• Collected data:
○ ○ ○ ○ ○

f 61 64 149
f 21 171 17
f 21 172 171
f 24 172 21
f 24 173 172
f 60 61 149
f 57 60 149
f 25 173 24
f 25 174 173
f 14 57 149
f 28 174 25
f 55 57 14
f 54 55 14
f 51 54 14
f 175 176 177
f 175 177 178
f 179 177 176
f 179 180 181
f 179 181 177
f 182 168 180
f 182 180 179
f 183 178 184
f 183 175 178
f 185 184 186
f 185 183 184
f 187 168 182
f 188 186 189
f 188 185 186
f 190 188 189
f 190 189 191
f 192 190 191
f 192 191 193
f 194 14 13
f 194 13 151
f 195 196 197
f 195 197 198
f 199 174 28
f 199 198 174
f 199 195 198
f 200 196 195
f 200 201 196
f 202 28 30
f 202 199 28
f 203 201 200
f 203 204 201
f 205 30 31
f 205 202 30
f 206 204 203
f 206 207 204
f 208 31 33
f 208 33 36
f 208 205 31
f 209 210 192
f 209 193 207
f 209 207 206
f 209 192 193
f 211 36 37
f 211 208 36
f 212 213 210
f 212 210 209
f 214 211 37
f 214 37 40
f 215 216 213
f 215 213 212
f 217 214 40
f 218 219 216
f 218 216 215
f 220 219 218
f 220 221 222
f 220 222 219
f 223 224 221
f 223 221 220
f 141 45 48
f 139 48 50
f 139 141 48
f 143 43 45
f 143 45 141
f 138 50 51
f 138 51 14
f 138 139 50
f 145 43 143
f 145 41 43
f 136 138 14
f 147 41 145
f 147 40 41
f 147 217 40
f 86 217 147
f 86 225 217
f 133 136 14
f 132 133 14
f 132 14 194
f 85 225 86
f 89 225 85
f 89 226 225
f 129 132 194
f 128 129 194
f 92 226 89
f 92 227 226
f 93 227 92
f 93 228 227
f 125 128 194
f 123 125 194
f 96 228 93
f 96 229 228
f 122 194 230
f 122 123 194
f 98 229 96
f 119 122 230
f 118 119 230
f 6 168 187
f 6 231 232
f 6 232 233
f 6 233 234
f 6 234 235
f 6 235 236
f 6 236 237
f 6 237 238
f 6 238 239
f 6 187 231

○ ○ ○ ○ ○

• What the task asks: Your answer must consist solely of the lines from the one containing "f 209 210 192" through the last line of the entries, reproduced exactly.

• Exercise solution:
f 209 210 192
f 209 193 207
f 209 207 206
f 209 192 193
f 211 36 37
f 211 208 36
f 212 213 210
f 212 210 209
f 214 211 37
f 214 37 40
f 215 216 213
f 215 213 212
f 217 214 40
f 218 219 216
f 218 216 215
f 220 219 218
f 220 221 222
f 220 222 219
f 223 224 221
f 223 221 220
f 141 45 48
f 139 48 50
f 139 141 48
f 143 43 45
f 143 45 141
f 138 50 51
f 138 51 14
f 138 139 50
f 145 43 143
f 145 41 43
f 136 138 14
f 147 41 145
f 147 40 41
f 147 217 40
f 86 217 147
f 86 225 217
f 133 136 14
f 132 133 14
f 132 14 194
f 85 225 86
f 89 225 85
f 89 226 225
f 129 132 194
f 128 129 194
f 92 226 89
f 92 227 226
f 93 227 92
f 93 228 227
f 125 128 194
f 123 125 194
f 96 228 93
f 96 229 228
f 122 194 230
f 122 123 194
f 98 229 96
f 119 122 230
f 118 119 230
f 6 168 187
f 6 231 232
f 6 232 233
f 6 233 234
f 6 234 235
f 6 235 236
f 6 236 237
f 6 237 238
f 6 238 239
f 6 187 231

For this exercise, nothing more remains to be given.